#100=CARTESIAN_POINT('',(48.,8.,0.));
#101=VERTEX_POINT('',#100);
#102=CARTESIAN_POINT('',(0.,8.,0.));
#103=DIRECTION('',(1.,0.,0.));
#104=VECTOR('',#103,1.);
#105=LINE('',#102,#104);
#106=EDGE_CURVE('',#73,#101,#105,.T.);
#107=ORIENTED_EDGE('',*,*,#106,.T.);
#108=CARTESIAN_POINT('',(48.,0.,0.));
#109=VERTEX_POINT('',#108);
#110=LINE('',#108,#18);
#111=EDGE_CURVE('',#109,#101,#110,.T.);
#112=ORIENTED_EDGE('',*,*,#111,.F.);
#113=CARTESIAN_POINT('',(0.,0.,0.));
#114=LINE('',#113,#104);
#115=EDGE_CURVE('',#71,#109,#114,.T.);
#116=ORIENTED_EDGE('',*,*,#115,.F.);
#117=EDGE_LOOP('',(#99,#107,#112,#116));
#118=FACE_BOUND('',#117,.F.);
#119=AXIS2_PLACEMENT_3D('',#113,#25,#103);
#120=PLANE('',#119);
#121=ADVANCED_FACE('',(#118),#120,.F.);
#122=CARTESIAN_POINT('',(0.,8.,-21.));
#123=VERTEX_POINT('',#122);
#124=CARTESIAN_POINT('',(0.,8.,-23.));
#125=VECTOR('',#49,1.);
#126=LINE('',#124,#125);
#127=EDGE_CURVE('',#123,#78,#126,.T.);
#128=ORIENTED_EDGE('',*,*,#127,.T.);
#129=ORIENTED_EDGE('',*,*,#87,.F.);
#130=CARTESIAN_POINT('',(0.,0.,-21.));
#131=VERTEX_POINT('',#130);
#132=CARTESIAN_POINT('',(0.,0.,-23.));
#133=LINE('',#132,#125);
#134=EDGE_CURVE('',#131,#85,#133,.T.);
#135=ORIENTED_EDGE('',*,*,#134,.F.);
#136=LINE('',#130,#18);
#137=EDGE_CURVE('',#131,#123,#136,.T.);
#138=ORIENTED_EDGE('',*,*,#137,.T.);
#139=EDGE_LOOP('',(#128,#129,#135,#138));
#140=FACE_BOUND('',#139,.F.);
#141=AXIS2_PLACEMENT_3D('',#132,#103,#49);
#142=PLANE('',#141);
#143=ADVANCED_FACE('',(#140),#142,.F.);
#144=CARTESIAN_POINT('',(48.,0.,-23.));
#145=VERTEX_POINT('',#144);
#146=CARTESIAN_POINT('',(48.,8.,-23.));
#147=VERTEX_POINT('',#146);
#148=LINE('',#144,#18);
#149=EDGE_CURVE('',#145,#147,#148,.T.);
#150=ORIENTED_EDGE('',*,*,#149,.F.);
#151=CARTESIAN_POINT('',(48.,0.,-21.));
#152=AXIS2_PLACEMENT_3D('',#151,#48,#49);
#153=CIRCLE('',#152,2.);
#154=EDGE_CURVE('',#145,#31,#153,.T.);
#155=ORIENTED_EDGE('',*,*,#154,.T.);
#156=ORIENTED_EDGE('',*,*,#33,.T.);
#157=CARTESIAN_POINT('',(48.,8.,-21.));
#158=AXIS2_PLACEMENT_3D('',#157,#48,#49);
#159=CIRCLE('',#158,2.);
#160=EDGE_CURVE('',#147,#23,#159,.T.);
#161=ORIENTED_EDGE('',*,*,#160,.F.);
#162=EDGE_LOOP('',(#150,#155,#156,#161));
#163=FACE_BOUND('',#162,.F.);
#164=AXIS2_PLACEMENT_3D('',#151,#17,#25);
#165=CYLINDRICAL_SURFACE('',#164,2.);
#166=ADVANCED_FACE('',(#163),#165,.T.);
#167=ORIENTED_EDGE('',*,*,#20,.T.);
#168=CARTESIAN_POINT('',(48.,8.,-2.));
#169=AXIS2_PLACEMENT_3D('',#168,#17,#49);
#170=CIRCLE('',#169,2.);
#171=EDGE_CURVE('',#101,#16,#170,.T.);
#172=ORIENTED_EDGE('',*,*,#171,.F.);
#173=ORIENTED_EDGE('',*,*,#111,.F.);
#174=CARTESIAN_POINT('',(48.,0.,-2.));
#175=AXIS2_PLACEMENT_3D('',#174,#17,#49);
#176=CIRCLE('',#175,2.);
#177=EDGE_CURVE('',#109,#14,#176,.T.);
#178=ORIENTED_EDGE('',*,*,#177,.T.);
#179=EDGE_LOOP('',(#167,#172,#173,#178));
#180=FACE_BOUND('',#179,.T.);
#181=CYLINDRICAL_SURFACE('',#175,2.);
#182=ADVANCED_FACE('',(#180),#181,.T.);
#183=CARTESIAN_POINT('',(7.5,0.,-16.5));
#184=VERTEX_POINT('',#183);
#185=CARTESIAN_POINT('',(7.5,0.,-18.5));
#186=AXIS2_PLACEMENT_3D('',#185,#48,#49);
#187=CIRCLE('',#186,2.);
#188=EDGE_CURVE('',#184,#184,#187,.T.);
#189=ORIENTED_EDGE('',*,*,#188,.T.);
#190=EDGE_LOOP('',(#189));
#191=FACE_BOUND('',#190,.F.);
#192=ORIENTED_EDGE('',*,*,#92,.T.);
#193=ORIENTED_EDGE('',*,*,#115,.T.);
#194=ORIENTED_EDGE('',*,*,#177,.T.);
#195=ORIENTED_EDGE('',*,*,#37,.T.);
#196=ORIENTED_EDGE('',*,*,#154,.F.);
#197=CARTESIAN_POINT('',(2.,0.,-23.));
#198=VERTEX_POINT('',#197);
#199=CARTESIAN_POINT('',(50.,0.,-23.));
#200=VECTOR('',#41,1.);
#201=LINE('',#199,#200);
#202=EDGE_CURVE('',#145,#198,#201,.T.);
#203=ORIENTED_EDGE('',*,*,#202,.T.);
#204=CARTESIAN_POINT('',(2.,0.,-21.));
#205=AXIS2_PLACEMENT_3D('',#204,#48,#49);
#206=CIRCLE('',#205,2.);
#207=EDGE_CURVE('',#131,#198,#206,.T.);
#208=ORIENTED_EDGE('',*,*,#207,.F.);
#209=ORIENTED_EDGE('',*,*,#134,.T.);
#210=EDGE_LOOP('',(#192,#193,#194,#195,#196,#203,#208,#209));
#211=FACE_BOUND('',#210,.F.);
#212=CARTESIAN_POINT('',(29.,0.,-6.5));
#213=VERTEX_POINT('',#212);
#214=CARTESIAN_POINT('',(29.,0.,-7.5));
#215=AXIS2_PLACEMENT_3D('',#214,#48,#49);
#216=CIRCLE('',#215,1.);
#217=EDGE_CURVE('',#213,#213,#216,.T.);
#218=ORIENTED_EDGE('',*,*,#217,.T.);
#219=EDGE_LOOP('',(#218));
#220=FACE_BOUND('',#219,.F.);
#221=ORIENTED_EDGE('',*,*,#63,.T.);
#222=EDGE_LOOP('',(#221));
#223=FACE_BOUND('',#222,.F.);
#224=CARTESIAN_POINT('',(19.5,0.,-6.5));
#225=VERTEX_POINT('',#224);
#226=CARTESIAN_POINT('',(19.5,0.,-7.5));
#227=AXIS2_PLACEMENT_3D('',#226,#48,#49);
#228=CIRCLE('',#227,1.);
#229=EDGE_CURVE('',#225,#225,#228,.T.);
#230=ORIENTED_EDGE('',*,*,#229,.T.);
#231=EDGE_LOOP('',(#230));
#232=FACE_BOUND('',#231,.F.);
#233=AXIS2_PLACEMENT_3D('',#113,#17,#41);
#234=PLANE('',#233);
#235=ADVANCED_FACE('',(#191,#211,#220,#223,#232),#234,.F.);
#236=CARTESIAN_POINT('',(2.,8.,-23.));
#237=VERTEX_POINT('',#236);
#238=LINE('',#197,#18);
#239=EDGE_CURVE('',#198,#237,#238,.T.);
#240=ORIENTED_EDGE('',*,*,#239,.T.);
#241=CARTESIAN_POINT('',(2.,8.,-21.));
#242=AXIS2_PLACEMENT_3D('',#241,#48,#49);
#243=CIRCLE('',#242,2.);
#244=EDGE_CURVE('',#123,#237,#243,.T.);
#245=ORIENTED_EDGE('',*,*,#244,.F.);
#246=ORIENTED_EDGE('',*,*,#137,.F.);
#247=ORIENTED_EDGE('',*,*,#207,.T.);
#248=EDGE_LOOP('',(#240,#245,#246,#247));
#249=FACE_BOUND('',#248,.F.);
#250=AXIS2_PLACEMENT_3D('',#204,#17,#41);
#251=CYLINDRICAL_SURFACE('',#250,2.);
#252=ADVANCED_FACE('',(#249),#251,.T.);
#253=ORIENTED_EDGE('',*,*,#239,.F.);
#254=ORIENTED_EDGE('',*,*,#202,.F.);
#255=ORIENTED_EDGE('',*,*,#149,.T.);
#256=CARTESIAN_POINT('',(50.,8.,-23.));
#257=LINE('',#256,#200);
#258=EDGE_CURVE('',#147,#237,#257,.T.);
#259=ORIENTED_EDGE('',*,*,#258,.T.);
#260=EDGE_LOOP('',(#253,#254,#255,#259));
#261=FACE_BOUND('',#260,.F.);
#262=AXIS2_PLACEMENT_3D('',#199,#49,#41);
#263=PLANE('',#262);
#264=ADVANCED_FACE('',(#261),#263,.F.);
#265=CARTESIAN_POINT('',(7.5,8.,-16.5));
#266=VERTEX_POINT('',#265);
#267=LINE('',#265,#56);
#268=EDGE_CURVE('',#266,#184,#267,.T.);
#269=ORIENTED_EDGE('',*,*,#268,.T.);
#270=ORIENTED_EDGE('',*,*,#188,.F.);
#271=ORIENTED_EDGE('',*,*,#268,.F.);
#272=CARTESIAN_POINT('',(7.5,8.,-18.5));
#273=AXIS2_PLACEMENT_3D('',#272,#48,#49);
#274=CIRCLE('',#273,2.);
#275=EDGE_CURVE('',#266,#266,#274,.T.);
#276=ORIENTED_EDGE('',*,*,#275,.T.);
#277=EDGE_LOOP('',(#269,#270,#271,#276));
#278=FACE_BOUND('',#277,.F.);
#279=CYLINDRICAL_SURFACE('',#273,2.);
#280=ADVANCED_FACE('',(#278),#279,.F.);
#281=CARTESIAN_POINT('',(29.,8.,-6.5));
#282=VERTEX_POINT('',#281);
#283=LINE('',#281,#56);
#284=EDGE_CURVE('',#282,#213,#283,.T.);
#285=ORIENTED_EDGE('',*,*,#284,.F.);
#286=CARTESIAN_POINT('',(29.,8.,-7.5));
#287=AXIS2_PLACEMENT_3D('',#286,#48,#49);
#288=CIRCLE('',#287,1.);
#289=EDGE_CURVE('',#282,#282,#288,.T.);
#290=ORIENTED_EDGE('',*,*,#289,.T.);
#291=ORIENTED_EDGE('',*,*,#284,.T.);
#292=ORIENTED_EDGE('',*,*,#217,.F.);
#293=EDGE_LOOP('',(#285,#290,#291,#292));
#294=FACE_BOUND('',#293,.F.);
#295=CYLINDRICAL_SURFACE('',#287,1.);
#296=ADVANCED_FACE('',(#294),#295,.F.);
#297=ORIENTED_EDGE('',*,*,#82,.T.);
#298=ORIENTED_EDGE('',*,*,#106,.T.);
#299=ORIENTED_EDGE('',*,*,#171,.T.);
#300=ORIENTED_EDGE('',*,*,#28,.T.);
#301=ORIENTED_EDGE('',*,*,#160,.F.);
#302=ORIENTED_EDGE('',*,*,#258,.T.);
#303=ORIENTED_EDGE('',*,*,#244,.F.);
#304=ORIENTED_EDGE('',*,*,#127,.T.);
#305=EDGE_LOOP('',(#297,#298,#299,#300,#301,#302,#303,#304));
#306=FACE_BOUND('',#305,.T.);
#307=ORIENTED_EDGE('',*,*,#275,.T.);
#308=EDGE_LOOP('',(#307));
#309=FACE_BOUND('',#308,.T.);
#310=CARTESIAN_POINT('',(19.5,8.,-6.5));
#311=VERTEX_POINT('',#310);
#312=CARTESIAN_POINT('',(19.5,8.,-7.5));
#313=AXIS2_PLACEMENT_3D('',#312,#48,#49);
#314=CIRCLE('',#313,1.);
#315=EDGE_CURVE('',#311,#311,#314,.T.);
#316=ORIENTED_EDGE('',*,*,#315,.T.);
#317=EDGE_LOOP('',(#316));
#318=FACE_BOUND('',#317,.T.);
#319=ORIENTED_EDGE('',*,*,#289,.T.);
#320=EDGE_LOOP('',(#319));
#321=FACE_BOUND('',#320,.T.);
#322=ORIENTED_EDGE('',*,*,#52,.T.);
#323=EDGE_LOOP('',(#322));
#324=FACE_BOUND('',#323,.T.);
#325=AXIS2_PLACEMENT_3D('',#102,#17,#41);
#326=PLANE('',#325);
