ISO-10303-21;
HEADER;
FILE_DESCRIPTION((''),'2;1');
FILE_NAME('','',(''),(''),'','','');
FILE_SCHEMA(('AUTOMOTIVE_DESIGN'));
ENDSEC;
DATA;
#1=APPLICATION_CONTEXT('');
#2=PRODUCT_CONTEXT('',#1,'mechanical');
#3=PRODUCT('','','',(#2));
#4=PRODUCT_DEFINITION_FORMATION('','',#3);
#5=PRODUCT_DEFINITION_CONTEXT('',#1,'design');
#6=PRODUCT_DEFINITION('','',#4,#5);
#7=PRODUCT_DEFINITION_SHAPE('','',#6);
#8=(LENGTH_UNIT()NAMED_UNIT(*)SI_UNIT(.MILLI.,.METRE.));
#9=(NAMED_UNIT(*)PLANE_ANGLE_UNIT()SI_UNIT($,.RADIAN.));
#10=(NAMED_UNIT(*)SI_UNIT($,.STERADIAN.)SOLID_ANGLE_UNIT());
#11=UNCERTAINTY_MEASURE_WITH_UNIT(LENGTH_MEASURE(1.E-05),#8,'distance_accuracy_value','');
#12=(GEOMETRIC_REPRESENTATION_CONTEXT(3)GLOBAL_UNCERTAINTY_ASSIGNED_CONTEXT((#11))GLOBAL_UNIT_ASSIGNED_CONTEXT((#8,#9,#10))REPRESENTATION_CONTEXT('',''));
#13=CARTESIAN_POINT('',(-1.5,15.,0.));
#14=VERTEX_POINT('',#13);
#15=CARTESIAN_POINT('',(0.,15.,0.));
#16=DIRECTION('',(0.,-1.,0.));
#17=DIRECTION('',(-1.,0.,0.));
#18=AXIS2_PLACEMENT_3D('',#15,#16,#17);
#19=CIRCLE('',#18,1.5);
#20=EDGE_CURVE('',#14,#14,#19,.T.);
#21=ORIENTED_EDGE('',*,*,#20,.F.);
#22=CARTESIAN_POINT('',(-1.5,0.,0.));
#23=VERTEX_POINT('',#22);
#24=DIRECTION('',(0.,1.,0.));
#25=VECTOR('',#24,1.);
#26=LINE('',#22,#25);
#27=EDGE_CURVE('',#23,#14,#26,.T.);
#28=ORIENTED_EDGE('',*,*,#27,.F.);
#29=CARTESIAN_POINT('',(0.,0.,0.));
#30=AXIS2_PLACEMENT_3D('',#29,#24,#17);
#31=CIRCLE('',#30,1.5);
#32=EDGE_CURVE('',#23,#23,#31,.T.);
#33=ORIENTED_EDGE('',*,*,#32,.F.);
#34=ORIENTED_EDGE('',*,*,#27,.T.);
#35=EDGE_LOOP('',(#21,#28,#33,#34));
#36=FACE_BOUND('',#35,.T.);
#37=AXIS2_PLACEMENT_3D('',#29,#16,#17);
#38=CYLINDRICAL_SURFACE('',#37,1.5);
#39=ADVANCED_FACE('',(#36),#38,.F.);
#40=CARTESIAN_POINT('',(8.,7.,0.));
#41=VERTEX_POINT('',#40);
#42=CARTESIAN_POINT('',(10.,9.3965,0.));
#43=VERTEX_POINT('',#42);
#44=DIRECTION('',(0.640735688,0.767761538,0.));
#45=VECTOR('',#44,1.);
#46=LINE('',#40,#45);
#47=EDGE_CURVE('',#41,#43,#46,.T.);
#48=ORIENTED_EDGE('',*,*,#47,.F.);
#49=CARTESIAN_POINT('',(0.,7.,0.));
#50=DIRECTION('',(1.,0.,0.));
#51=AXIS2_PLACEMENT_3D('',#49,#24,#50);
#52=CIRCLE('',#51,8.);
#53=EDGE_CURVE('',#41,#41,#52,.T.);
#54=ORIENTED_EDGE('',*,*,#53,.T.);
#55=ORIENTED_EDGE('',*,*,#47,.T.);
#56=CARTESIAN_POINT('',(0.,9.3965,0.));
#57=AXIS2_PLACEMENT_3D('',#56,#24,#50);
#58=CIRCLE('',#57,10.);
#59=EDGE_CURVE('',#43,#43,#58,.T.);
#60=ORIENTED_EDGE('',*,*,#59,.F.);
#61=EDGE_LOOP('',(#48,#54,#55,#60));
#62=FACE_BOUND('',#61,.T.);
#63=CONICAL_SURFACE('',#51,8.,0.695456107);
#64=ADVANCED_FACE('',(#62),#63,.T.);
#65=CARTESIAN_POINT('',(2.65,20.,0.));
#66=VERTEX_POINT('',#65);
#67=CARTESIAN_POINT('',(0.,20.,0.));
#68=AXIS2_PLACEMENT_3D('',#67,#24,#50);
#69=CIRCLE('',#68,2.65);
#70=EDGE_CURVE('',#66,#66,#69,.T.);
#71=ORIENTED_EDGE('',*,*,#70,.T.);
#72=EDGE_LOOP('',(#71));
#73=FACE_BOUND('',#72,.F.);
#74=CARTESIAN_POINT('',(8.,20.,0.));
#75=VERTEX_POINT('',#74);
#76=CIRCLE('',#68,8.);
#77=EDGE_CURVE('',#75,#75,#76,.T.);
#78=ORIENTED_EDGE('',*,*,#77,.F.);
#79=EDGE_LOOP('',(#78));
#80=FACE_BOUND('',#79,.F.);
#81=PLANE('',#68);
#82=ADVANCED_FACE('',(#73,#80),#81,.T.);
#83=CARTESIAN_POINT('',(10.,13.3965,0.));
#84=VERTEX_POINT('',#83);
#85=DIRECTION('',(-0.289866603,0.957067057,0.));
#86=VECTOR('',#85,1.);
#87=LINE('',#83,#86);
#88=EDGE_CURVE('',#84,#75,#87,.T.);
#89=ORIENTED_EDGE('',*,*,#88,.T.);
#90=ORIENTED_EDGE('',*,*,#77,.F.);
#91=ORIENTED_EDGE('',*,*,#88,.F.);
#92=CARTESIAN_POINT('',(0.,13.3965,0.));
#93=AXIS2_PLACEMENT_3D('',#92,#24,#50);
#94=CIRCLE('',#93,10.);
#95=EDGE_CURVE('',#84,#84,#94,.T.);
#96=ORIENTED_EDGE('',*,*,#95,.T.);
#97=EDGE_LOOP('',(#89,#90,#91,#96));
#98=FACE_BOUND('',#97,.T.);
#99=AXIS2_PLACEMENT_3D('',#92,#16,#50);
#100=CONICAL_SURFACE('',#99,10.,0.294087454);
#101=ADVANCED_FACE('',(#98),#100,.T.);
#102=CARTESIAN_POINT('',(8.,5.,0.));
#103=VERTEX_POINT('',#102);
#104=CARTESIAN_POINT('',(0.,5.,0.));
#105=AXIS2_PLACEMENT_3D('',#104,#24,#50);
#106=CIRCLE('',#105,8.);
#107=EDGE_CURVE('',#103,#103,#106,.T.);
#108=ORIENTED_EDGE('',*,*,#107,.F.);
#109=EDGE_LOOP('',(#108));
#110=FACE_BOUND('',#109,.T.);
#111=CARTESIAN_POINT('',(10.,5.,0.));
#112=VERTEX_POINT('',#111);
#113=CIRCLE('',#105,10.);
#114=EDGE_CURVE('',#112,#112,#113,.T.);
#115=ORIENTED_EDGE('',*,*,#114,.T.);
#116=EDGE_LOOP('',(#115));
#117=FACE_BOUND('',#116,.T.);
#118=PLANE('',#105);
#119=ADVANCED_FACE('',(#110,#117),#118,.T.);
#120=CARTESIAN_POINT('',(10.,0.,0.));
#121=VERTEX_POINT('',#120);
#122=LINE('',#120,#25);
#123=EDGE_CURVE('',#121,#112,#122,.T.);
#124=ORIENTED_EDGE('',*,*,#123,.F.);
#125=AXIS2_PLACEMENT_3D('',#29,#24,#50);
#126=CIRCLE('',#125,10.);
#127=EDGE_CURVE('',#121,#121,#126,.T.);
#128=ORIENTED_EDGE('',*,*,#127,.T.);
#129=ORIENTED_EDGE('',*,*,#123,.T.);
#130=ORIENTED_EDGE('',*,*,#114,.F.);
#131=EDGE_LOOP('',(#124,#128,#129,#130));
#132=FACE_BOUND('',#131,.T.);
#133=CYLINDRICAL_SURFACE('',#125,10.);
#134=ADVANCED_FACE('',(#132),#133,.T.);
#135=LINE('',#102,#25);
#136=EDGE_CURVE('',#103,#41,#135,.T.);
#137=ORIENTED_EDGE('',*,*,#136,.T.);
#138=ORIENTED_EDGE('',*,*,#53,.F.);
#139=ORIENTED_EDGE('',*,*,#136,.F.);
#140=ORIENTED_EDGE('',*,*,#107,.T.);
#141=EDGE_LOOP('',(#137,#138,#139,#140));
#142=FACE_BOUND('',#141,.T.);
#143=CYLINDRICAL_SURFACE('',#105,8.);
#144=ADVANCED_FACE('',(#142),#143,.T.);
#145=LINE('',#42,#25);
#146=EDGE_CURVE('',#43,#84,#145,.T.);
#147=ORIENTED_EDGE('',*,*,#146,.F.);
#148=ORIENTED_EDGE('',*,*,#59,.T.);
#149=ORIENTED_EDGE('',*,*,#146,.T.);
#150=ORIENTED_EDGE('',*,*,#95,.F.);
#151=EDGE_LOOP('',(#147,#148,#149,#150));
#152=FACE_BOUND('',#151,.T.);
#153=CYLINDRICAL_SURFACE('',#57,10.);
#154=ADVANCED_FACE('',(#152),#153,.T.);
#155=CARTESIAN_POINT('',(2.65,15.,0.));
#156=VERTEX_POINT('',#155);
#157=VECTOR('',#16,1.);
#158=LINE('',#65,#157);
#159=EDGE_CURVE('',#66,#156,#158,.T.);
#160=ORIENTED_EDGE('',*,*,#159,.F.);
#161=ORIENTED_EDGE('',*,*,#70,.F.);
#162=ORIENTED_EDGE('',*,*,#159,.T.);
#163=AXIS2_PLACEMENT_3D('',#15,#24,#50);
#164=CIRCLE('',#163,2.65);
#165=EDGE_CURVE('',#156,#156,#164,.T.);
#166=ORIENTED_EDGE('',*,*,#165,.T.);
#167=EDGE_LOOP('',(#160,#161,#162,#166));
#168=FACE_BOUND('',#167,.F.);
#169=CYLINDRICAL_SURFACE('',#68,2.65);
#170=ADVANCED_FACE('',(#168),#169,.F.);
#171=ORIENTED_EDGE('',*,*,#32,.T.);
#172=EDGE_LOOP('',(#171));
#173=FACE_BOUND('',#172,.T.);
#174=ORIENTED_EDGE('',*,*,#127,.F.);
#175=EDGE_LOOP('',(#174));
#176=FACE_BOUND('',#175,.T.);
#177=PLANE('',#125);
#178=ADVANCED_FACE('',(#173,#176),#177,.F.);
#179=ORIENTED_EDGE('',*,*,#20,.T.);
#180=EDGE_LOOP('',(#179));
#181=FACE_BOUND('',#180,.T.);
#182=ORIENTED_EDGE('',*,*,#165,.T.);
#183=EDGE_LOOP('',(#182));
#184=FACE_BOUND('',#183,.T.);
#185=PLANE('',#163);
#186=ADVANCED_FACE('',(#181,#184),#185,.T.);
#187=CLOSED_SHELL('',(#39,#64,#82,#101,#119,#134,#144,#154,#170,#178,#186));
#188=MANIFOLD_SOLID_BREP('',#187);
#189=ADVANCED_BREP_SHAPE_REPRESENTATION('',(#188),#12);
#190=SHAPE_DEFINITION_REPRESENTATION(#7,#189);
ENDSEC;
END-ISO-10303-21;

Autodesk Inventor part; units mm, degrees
ref_plane "YZ Plane" through (0, 0, 0) normal (1, 0, 0) x (0, 1, 0)
ref_plane "XZ Plane" through (0, 0, 0) normal (0, 1, 0) x (-1, 0, 0)
ref_plane "XY Plane" through (0, 0, 0) normal (0, 0, 1) x (1, 0, 0)
sketch "Sketch3" plane through (0, 0, 0) normal (0, 0, 1) x (1, 0, 0)
  line L0 (0, 0) -> (10, 0)
  line L1 (0, 0) -> (0, 20)
  line L2 (0, 20) -> (8, 20)
  line L3 (10, 0) -> (10, 5)
  line L4 (10, 5) -> (8, 5)
  line L5 (8, 5) -> (8, 7)
  line L6 (8, 7) -> (10, 9.3965)
  line L7 (10, 9.3965) -> (10, 13.3965)
  line L8 (10, 13.3965) -> (8, 20)
  dimension "d17" = 10
  dimension "d18" = 20
  dimension "d19" = 8
  dimension "d40" = 5
  dimension "d43" = 2
  dimension "d44" = 4
  dimension "d45" = 2
revolve "Revolution1" add sketch "Sketch3" angle 360 about axis through (0, 0, 0) along (0, 1, 0)
sketch "Sketch4" plane through (0, 0, 0) normal (0, 1, 0) x (-1, 0, 0)
  circle A0 centre (0, 0) radius 1.5
  dimension "d27" = 3
extrude "Extrusion3" cut sketch "Sketch4" along normal through all
sketch "Sketch5" plane through (0, 20, 0) normal (0, 1, 0) x (1, 0, 0)
  circle A0 centre (0, 0) radius 2.65
  dimension "d30" = 5.3
extrude "Extrusion4" cut sketch "Sketch5" against normal blind 5
sketch "Sketch6" plane through (0, 0, 0) normal (0, -1, 0) x (1, 0, 0)
  circle A0 centre (-6, 0) radius 1.5
  circle A1 centre (6, 0) radius 1.5
  circle A2 centre (0, 0) radius 1.5 projected
  line L0 (-6, 0) -> (0, 0) construction
  line L1 (0, 0) -> (6, 0) construction
  dimension "d33" = 3
  dimension "d35" = 3
  dimension "d47" = 6
extrude "Extrusion5" [suppressed]
equation "\"d35\" = d33"
equation "\"d47\" = 2 * d33"
properties part number "modular-post"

■ ■ ■

__BRIEF__
Check each line of the listing above, and copy it if it contains the word "VECTOR".

__EXERCISE ANSWER__
#104=VECTOR('',#103,1.);
#125=VECTOR('',#49,1.);
#200=VECTOR('',#41,1.);
#25=VECTOR('',#24,1.);
#45=VECTOR('',#44,1.);
#86=VECTOR('',#85,1.);
#157=VECTOR('',#16,1.);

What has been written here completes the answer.